TASK
Retrieve all lines below that have the string "through".

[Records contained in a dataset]
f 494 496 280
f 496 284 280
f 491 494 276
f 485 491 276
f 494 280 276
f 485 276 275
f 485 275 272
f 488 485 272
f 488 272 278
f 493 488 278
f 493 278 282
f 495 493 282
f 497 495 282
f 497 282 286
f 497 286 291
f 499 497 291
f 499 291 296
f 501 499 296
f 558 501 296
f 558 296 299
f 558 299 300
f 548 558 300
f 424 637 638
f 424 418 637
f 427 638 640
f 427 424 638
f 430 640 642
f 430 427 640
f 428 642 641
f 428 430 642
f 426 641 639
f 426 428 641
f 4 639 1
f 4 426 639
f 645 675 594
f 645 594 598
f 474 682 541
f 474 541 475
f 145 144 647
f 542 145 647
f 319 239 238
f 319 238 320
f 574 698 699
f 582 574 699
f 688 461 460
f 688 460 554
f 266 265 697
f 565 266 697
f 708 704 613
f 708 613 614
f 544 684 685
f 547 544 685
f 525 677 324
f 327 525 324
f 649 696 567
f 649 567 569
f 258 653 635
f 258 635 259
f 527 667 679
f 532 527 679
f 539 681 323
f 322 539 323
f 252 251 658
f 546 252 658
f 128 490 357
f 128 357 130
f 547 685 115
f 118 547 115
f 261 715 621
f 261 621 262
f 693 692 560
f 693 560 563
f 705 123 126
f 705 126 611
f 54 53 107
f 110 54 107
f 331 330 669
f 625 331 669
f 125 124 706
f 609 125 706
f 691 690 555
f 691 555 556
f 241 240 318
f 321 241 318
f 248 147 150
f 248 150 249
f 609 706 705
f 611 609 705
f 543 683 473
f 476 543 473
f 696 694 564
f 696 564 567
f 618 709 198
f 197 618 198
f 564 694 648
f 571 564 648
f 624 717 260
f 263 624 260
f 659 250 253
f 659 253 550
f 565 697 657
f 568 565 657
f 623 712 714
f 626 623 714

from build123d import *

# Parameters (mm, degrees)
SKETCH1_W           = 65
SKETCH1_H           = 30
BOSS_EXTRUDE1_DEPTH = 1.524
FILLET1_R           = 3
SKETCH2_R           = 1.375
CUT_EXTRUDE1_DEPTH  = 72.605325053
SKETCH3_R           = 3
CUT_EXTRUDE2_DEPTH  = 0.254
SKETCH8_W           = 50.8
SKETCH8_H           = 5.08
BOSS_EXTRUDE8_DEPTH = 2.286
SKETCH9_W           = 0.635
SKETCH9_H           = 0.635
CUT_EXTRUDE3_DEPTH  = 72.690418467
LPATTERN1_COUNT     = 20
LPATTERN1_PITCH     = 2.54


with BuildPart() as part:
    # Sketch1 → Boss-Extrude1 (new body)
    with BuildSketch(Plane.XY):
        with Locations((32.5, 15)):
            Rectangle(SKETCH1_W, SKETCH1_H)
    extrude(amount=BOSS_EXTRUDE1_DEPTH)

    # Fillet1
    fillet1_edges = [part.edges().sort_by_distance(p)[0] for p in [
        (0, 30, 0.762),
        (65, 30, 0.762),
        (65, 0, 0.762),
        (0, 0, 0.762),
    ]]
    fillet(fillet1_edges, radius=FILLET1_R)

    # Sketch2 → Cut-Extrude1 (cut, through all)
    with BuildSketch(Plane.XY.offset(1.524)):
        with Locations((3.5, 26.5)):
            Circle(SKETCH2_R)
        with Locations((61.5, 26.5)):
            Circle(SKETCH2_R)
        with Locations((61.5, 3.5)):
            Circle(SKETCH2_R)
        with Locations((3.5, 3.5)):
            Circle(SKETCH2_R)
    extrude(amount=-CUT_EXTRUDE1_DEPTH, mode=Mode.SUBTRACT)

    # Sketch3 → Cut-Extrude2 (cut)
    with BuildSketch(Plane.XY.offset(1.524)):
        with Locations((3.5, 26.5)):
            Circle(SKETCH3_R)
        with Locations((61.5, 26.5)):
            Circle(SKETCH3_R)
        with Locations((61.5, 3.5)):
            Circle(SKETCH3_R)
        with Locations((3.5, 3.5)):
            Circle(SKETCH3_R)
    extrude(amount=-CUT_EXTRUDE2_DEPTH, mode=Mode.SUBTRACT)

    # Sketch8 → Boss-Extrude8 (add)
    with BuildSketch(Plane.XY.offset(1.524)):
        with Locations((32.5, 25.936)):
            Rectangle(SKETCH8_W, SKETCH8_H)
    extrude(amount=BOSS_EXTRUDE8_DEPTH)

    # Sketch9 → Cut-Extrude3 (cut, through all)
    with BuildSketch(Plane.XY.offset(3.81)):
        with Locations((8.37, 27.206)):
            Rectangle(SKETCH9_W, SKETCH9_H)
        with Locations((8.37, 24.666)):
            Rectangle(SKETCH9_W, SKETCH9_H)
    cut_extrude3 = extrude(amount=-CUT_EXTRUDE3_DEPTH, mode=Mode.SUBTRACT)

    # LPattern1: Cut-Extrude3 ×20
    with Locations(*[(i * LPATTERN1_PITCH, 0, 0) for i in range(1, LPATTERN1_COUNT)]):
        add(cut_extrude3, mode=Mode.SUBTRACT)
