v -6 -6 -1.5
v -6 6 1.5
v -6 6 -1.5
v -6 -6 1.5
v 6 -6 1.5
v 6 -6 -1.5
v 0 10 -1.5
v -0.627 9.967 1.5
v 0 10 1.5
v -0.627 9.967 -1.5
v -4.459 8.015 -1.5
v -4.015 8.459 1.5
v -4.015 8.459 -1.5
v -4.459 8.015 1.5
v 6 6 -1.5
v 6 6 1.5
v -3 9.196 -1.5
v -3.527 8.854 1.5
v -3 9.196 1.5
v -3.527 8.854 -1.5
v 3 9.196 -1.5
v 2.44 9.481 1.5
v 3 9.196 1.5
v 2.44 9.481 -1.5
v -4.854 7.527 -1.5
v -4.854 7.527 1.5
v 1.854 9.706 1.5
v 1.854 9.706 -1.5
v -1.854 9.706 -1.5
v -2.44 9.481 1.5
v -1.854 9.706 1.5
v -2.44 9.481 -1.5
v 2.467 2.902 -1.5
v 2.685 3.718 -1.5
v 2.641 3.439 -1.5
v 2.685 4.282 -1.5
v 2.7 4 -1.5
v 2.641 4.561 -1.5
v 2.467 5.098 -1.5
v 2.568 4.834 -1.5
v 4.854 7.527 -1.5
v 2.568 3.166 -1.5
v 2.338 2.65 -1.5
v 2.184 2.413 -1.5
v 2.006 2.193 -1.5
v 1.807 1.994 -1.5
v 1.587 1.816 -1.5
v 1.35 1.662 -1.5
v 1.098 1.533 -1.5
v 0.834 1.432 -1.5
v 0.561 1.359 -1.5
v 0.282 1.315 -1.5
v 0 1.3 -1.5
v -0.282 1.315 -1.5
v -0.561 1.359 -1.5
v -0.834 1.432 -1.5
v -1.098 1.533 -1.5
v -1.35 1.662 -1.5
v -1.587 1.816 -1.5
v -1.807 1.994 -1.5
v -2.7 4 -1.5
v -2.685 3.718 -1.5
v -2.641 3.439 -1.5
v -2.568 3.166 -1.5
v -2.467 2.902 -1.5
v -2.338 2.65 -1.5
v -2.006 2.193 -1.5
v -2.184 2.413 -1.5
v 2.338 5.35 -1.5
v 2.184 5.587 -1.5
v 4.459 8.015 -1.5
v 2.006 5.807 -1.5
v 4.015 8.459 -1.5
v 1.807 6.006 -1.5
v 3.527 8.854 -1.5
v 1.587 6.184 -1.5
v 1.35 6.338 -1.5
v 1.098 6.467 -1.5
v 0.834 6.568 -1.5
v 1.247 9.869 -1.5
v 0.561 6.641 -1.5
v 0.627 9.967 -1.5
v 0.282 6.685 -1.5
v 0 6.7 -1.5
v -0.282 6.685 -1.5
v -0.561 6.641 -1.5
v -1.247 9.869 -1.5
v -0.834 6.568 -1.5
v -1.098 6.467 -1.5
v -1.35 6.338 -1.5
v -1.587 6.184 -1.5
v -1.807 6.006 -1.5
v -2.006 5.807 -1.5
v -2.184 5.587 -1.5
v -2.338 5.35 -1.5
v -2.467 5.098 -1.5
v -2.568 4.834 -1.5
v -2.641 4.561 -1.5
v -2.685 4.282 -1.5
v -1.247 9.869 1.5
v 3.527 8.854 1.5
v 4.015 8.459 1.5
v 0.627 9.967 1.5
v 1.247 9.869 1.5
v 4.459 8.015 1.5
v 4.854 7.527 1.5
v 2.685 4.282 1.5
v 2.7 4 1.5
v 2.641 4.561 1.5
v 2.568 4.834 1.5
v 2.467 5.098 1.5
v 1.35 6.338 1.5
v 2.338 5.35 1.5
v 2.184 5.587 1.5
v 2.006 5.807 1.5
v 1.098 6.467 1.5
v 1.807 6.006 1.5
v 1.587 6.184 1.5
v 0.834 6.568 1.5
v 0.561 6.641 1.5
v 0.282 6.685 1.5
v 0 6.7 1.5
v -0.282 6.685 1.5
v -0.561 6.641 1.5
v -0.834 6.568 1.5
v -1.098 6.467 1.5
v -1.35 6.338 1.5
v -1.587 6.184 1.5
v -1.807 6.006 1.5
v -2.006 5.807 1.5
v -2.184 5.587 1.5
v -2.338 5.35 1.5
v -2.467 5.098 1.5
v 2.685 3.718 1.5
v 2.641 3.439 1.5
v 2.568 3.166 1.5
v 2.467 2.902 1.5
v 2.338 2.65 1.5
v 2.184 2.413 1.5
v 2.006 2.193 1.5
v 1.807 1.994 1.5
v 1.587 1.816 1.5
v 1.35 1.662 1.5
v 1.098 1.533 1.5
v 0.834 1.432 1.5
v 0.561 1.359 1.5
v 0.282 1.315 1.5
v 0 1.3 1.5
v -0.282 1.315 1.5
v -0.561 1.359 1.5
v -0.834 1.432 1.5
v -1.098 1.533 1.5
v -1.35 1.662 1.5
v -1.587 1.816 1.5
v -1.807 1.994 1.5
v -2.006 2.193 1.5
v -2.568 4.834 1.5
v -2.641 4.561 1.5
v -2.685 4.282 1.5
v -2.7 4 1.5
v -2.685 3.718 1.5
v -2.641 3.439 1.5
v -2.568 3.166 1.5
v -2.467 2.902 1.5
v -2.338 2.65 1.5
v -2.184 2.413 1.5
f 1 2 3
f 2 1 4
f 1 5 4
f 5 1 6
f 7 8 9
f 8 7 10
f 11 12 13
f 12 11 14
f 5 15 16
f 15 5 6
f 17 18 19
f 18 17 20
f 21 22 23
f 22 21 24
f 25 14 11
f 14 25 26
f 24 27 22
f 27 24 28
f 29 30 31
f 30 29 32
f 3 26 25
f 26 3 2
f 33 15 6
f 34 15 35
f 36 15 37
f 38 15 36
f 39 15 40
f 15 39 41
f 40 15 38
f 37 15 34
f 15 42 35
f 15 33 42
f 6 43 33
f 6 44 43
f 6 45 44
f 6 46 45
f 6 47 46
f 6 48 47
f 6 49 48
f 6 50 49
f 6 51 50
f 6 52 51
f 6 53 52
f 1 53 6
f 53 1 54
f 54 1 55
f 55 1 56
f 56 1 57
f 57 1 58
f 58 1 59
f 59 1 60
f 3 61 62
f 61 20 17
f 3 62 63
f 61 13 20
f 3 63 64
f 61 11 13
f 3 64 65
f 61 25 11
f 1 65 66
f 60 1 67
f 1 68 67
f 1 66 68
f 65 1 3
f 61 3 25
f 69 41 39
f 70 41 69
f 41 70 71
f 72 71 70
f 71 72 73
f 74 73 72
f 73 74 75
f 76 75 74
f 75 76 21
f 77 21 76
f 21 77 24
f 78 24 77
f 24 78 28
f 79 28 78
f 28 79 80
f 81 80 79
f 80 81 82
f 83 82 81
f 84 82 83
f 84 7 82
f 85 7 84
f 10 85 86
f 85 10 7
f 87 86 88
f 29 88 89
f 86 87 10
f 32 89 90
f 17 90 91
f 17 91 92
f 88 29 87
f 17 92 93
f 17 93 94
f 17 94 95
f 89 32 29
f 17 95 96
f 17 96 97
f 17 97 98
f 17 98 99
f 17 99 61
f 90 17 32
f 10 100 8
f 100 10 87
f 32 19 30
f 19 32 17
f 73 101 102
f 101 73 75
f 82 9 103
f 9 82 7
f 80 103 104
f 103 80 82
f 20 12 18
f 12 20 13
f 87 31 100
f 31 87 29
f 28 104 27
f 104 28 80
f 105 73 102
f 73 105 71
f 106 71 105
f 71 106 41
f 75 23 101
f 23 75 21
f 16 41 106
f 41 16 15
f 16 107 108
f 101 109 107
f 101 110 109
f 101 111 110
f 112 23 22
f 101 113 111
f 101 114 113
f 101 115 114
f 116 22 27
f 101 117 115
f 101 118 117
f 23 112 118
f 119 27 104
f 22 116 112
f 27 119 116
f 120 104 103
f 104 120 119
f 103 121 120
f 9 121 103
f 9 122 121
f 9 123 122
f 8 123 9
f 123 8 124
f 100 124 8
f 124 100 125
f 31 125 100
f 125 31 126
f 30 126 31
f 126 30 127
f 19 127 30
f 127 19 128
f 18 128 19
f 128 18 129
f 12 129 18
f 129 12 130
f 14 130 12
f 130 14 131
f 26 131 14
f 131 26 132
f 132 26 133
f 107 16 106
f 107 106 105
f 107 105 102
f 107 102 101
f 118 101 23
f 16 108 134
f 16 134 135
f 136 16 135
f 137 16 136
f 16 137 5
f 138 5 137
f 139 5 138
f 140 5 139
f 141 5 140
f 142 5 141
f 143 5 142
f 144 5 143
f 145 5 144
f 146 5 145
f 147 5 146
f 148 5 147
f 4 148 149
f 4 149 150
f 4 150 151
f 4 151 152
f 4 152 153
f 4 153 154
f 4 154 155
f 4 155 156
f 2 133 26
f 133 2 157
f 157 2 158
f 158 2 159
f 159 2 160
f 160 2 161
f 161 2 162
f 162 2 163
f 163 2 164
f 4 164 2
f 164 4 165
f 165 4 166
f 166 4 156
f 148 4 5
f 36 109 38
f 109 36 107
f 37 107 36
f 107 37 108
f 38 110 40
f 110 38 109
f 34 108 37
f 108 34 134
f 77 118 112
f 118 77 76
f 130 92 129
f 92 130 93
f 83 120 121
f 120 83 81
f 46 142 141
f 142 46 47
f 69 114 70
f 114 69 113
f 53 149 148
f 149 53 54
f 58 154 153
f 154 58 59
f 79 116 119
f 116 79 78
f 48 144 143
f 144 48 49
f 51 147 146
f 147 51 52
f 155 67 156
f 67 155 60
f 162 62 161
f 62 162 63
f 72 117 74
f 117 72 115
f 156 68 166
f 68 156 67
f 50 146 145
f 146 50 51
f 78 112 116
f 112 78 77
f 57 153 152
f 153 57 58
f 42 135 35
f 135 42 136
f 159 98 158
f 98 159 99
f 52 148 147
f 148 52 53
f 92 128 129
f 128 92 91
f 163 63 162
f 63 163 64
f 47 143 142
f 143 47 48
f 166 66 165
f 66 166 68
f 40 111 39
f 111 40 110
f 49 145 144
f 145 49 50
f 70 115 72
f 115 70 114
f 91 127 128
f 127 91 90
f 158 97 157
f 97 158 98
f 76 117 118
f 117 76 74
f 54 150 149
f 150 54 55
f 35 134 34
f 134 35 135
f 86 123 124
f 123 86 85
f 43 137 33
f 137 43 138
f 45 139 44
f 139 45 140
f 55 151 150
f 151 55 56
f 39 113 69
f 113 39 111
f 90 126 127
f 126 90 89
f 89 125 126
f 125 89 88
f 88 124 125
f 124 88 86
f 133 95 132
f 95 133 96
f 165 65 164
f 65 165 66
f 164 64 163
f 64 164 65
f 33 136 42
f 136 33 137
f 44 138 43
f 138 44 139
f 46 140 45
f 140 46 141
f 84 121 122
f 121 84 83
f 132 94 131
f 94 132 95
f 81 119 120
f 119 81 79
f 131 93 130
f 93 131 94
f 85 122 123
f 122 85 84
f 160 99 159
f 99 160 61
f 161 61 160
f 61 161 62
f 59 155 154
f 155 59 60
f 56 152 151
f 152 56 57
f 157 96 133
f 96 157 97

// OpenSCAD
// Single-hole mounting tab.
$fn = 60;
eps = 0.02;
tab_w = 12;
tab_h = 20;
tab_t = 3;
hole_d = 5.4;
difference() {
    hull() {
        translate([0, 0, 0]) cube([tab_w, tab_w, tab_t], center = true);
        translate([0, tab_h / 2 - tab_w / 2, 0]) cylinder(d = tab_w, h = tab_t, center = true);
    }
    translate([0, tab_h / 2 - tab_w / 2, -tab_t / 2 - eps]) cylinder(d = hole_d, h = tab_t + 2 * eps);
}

TASK OUTPUT
    # Sketch2 → Cut-Extrude1 (cut, through all)
    # Sketch9 → Cut-Extrude3 (cut, through all)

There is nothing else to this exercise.